In my own house there are steps down to the kitchen which massively restricts the amount of space I could have as a desk and also makes it very dark.

But if you can make it work for you there are tips to make both it and you function better and be more productive. Firstly if you want to hide your office at the end of the day and there’s no room for a door then a curtain will add decor and privacy. I’m massively into curtains as doors at the moment and have bought material from the Haines Collection to make one between the hall and the kitchen.

Secondly, if natural light is in short supply then do add a good spotlight over the desk as well as a desk/task lamp so you can vary your sources. It has also been proven that gazing into the middle distance is not only good for resting your eyes but can provide inspiration as well. If you have no window and therefore no view then hang a picture – preferably a landscape – beach, mountain, countryside or whatever takes you fancy to allow the eye to travel.

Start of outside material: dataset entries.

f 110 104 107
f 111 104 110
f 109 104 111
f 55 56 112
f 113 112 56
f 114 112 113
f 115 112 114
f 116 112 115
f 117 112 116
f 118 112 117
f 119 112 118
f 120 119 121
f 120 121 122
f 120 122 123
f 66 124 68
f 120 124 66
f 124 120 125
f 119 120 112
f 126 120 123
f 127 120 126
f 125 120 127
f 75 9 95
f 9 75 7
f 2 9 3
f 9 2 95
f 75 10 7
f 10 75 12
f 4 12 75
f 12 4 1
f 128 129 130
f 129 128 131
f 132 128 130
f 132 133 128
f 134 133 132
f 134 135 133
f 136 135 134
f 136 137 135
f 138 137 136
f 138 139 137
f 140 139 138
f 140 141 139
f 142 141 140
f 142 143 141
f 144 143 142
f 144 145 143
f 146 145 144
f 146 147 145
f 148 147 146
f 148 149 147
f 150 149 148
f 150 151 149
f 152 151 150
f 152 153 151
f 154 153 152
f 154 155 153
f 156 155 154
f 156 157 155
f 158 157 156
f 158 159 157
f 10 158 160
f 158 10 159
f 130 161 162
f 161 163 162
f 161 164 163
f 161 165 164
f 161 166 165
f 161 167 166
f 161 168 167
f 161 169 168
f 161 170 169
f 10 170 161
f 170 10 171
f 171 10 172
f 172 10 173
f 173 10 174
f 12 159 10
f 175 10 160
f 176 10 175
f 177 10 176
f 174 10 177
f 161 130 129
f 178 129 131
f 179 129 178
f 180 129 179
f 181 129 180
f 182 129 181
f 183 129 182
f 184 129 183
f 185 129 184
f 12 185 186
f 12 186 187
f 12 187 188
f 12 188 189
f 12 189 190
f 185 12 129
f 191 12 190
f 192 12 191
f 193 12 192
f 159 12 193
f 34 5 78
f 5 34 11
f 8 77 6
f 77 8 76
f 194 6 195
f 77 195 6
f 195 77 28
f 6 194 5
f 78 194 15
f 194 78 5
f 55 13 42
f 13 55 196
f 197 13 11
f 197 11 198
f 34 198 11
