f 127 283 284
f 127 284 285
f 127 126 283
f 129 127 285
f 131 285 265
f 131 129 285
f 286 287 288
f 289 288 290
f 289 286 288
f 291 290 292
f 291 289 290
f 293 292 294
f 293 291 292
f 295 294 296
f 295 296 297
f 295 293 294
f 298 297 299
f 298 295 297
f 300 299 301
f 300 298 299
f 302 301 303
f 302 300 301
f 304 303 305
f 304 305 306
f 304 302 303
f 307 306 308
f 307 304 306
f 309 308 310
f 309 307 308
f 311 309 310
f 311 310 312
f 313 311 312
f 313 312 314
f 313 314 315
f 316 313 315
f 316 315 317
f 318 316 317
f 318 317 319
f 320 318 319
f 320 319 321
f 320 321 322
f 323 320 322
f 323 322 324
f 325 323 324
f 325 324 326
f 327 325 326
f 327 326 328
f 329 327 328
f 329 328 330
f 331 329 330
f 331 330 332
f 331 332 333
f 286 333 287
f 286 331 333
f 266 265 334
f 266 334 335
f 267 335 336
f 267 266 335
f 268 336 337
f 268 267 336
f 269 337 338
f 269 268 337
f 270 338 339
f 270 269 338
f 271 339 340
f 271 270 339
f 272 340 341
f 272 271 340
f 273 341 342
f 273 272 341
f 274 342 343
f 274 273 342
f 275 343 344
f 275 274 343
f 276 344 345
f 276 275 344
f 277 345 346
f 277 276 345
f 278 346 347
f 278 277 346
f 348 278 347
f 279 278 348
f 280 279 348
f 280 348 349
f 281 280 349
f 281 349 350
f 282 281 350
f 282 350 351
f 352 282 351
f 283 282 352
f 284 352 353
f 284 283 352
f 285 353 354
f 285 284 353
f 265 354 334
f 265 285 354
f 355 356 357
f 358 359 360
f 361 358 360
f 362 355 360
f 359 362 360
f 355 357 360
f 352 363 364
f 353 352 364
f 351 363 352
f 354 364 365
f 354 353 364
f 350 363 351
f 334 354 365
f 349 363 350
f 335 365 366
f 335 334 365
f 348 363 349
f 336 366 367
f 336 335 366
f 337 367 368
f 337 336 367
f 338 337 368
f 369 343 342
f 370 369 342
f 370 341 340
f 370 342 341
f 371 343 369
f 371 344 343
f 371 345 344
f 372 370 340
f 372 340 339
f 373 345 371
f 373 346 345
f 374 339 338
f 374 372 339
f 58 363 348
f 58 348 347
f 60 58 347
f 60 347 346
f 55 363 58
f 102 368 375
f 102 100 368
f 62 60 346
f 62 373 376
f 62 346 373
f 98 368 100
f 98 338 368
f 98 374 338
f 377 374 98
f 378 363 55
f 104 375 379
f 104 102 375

And when you’ve done all that you should, in most cases, be near the kitchen for a cup of coffee. Which tenuous link brings me onto this lovely space above. If you were in any doubt about the joy of a disrupter colour just look at that AGA above. Cobalt blue may not have been the instinctive choice in this colour scheme but it brings a flash of modernity and colour to this vintage looking space. Cream would also be lovely but classic. Mint or pale blue would also work well.

I’m also a fan of tiling walls as high as you can. It’s perfect for the Victorian period feel but if you use dark grout it’s not only more practical but also modernises the look.

Leaving the kitchen to head to the pantry. Fifteen years ago an en suite bathroom was regarded as the height of luxury and the middle-class must have. Now that we all expect houses to have more than one bathroom, the new must-have is the pantry. Sometimes this is a whole room, sometimes just a fancy cupboard. Mine is what we used to call the utility room but rebranded. This is small, but as they say, mighty. That curtain hides a multitude of storage and the worktop is big enough to create the perfect breakfast corner. The colours echo the understairs desk space as well while the check floor and gingham curtain work together beautifully.

Moving to the aforementioned bathrooms and this is a fabulous shower created by Leanne Kilory of Good Bones London. Rather than a glass shower screen she has opted for micro cement. I too have ditched the glass screen – they are expensive and hard to clean. I have a wall on my shower and, like Leanne, this has created space for a heated towel rail on the outside. I did this as space was at a premium in my bathroom. Leanne has more room and has been able to create a shower large enough that she doesn’t need a curtain. Do ask you plumber for splash zones in relation to your shower head as you may be able to do the same thing.

We have a shower curtain and for those who are concerned about the infamous “billow” where the curtain is magically sucked into the shower and wraps itself around your body, I can confirm that a) a weighted curtain helps and b) if you add a decorative fabric curtain to the outside this adds more weight and prevents the billow.

Finally, and it’s a small thing but solid shower walls are more private and if you have a busy family bathroom/small children running in and out, then you may prefer an arrangement like this which is also easier to clean.

Finally, this blog is a huge fan of Sophie Rowell of Cote de Folk and I wanted to show you this gorgeous fabric covered table – the Chubby –  that she has made. Details aren’t yet on her website but do contact her via instagram if you want to know more and I’m sure she will be happy to tell you.

I wish you all a happy and inspiring week. Do let us know in the comments – are you glass shower or wall? Pantry or utility? Understairs office or loo?



Kate Watson-Smyth

The author Kate Watson-Smyth

I’m a journalist who writes about interiors mainly for The Financial Times but I have also written regularly for The Independent and The Daily Mail. My house has been in Living Etc, HeartHome and featured in The Wall Street Journal & Corriere della Sera. I also run an interior styling consultancy Mad About Your House. Welcome to my Mad House.


  1. Thanks Kate for this lovely piece. So inspiring!

    I’d opt for a bookcase under the stairs, always wanted a pantry and a glass shower just screams “come and live in me”. Had a walled-in shower but our one bathroom is just so small that glass was needed to brighten and enlarge the room (if only as an illusion).

  2. Shower curtain every time. I gave a lovely one from H&M and just throw it in the washing machine to clean. Much better than a glass screen/door

  3. A wall is much more practcal for a shower, I too hate the glass screens and the cleaning. Love all the pics except for the kitchen which I find quite’s too dark and too matt even with the disprupter aga.

    1. This is what is wonderful about interiors – to me the kitchen gives off ‘cosy’, rather than depressing, but I’m not in love with the shower! I adore the rest of Leanne’s work but the shower somehow seemed to jar with the more traditional elegance of the rest of the room and reminded me (dare I say it!) of French loos! Each to their own but thanks to Kate we always have lovely inspiration served up! x

  4. Hard water + glass shower panel = nightmare – no amount of squeegeeing will keep it clean. LOVE the shower here and wish I could change my glass for a wall….., so wall, loo and utility!

  5. I also grew to hate cleaning my glass shower door. So I mounted a spring loaded shower pole inside the stall and hung a plastic curtain on it. Cheers from Canada!

  6. The fabric covered table looks lovely but would be ruined within a week in my house 🙂

  7. Shower curtain for us ever since our glass door came off its hinges and shattered into a million pieces – covering me in shards of glass! We’ve a selection of curtains and they’re easy to change and wash.